# Problem to work on
Set down exactly the lines in the records below that run from the line with "f 11 108 107" to the line with "f 97 112 119", inclusive, and nothing more.

[Source records]
────
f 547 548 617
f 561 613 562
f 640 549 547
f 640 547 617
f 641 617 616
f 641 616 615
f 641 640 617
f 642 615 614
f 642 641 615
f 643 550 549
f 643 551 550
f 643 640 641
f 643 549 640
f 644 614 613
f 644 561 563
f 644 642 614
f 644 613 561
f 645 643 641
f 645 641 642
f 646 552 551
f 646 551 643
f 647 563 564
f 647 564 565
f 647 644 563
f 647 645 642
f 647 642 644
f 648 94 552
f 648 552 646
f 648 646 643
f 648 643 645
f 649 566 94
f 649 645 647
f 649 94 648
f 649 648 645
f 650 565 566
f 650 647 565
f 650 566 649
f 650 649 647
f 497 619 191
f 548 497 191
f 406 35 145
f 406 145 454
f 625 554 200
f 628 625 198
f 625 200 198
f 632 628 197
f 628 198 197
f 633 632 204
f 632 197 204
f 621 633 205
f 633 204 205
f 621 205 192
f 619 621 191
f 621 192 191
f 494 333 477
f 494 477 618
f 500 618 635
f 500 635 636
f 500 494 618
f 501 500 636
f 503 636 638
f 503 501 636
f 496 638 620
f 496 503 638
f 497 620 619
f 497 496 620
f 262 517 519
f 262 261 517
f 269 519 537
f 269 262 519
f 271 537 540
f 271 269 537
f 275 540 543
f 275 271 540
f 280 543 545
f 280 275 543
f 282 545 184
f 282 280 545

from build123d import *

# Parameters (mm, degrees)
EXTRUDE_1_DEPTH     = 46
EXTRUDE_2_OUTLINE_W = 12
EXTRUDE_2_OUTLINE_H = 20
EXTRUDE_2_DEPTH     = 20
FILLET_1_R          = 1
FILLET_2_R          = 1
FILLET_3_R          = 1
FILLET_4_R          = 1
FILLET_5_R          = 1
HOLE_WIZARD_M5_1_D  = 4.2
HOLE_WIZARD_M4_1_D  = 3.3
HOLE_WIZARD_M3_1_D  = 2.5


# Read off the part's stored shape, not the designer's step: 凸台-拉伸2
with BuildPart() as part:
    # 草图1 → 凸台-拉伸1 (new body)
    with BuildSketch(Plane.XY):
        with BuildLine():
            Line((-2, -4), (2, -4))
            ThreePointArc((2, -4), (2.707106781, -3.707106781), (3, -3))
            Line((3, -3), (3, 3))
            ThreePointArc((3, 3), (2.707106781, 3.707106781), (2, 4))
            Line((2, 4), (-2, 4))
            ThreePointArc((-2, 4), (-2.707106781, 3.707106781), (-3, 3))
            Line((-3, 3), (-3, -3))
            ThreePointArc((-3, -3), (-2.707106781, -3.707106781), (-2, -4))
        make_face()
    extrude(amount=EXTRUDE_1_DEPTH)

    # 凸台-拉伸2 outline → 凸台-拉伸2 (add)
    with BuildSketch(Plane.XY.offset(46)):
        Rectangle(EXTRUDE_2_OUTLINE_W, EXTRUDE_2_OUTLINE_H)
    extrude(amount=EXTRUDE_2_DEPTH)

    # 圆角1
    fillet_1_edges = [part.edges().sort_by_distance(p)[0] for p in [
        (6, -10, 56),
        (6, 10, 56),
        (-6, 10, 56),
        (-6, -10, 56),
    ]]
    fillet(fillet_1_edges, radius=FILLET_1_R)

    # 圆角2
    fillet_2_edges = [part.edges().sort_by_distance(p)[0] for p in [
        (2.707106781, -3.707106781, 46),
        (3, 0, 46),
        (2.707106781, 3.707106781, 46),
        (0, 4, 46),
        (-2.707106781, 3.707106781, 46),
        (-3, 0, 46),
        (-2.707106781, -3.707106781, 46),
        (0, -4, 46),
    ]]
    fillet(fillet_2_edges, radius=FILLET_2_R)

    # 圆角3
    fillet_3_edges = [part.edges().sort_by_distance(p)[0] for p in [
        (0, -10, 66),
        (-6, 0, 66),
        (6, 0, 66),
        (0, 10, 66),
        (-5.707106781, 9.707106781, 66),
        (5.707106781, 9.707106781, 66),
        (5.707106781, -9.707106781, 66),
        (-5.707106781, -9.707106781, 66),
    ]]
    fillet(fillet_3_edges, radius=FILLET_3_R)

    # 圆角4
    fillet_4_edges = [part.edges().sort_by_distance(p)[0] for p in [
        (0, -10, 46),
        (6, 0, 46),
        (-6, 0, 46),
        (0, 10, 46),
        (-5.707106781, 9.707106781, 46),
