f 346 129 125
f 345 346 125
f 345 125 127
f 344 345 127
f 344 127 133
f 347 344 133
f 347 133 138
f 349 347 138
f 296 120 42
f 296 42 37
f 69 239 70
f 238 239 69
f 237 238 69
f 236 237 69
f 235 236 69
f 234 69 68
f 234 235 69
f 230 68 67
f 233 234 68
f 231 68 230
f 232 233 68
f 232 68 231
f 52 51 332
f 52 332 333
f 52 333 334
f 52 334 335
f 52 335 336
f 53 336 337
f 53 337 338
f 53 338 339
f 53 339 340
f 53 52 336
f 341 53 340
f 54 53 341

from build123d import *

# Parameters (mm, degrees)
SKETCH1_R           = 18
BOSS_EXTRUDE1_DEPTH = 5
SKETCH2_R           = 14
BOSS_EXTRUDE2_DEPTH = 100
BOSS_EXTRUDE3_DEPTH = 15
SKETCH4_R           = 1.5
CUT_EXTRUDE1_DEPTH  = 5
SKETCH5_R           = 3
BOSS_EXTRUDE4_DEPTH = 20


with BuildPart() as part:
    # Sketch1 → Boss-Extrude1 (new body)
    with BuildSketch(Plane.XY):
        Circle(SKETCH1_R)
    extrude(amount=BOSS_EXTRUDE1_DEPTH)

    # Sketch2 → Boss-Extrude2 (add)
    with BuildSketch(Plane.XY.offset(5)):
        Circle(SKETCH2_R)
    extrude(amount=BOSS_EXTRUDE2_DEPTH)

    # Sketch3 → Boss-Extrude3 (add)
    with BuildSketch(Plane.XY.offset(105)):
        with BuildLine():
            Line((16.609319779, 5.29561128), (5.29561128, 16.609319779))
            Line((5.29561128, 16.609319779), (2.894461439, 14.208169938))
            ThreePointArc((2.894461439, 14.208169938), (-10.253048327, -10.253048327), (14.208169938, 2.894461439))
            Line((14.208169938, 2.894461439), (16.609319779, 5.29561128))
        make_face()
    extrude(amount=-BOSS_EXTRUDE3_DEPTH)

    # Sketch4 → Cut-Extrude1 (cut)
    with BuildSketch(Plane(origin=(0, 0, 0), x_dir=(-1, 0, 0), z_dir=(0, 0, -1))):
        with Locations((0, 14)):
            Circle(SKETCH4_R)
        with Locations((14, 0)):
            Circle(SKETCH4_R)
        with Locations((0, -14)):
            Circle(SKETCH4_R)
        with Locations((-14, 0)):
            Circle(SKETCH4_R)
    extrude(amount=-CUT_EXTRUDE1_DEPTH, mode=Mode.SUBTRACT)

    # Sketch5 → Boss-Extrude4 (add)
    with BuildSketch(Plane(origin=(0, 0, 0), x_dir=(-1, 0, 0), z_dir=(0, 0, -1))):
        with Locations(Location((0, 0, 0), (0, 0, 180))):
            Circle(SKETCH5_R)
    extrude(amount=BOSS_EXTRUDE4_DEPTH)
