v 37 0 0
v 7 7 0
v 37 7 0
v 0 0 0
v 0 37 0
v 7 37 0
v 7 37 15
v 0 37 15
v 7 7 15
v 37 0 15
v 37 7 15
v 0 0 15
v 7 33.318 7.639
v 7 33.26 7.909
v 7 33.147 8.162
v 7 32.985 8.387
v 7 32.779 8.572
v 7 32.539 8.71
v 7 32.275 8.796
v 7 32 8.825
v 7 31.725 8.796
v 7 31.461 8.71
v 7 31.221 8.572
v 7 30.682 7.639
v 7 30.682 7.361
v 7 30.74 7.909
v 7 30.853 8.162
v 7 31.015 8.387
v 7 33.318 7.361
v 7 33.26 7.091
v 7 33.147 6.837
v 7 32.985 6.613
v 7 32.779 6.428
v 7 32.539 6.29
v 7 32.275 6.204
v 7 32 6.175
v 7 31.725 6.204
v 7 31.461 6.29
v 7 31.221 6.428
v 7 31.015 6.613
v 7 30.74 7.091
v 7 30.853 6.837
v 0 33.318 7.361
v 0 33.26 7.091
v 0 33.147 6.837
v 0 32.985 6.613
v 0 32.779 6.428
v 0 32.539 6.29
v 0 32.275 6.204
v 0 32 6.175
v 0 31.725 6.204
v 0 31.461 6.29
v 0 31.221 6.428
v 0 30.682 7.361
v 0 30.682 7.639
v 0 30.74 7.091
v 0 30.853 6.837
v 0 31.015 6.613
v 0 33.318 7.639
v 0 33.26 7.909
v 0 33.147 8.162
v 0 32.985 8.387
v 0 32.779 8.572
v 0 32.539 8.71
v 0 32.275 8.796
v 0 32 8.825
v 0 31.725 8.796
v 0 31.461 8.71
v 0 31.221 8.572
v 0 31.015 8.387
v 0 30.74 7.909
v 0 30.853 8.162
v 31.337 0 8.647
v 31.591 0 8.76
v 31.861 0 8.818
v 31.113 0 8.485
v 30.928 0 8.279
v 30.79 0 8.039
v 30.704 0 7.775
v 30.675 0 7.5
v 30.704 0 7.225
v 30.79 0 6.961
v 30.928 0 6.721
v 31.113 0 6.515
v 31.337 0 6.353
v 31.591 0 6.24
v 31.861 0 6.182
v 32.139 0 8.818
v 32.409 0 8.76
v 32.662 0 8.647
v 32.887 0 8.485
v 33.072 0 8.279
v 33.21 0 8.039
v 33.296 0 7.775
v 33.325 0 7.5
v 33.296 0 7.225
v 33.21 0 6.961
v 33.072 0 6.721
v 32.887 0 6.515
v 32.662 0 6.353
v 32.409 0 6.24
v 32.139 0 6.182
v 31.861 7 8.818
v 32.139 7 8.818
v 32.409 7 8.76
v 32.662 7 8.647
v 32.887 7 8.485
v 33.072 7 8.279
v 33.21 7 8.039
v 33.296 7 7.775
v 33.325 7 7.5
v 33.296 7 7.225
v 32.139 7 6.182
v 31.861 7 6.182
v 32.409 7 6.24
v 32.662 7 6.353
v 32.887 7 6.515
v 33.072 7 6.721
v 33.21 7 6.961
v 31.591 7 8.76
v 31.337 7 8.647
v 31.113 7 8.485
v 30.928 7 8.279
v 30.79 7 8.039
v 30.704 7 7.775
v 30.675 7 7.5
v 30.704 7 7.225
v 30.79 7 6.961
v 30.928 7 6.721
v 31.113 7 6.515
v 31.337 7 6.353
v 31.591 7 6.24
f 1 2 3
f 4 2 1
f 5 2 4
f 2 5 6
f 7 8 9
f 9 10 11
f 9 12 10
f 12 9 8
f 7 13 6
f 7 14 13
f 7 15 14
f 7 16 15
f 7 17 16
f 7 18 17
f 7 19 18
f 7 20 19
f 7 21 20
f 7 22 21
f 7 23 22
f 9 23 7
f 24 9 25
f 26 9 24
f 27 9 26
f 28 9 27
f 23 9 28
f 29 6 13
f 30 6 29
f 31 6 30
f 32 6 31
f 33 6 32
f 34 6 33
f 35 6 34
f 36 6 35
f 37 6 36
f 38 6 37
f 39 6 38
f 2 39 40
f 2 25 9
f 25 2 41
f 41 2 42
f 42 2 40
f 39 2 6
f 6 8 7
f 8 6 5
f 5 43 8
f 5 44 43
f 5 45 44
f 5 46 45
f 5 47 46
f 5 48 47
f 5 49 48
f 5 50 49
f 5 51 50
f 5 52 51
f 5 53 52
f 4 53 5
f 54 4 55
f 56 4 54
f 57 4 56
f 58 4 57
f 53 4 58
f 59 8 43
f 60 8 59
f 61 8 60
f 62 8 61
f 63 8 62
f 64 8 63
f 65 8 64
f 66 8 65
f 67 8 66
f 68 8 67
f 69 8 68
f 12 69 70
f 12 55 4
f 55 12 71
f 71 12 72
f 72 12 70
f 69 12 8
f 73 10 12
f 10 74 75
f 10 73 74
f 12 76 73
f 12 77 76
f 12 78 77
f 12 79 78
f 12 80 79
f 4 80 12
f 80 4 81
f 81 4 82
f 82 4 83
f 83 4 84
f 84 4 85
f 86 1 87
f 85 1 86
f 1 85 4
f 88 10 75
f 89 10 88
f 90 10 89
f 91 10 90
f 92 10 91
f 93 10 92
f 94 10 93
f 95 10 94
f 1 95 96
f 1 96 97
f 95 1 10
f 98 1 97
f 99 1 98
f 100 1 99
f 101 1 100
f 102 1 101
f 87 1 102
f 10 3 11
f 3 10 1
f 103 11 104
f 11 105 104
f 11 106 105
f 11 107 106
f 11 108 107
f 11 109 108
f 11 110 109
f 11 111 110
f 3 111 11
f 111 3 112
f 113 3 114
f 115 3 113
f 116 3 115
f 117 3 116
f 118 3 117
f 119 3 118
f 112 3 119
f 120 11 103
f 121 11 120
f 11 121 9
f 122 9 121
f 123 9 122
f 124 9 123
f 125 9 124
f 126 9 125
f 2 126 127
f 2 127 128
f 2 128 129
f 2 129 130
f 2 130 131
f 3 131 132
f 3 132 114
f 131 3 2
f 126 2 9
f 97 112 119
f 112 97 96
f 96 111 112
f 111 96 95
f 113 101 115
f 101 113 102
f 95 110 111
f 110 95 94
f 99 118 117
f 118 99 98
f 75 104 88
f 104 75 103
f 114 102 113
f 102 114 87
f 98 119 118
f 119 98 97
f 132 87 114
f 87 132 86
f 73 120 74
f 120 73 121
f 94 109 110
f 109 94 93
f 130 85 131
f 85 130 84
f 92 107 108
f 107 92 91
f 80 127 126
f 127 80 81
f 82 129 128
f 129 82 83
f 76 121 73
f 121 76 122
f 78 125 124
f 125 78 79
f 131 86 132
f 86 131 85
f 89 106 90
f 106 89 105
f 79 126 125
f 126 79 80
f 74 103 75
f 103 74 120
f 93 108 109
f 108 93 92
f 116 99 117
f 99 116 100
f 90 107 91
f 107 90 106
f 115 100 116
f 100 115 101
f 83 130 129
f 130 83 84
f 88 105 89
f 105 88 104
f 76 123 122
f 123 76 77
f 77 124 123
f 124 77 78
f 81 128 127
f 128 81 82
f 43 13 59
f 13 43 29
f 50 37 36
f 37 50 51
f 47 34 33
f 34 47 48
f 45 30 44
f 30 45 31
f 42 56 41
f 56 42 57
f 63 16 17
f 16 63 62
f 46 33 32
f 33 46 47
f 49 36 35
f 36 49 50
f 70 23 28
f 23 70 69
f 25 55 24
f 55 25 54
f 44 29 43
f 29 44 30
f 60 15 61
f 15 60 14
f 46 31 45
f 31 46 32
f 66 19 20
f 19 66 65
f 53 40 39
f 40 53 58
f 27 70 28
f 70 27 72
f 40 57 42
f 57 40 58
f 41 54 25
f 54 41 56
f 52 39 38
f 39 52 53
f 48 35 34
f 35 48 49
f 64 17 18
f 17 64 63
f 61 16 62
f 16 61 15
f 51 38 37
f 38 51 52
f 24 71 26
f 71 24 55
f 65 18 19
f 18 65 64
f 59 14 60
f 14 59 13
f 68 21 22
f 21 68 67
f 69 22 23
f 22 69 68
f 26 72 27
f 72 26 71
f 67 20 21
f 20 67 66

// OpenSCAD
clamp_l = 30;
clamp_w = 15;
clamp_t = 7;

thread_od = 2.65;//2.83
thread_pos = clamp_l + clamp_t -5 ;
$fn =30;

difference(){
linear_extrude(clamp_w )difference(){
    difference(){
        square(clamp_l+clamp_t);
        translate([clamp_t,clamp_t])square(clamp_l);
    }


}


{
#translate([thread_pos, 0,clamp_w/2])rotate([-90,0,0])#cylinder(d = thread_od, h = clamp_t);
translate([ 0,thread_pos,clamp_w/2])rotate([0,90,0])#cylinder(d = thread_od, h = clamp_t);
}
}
────
# Completed exercise
f 11 108 107
f 11 109 108
f 11 110 109
f 11 111 110
f 3 111 11
f 111 3 112
f 113 3 114
f 115 3 113
f 116 3 115
f 117 3 116
f 118 3 117
f 119 3 118
f 112 3 119
f 120 11 103
f 121 11 120
f 11 121 9
f 122 9 121
f 123 9 122
f 124 9 123
f 125 9 124
f 126 9 125
f 2 126 127
f 2 127 128
f 2 128 129
f 2 129 130
f 2 130 131
f 3 131 132
f 3 132 114
f 131 3 2
f 126 2 9
f 97 112 119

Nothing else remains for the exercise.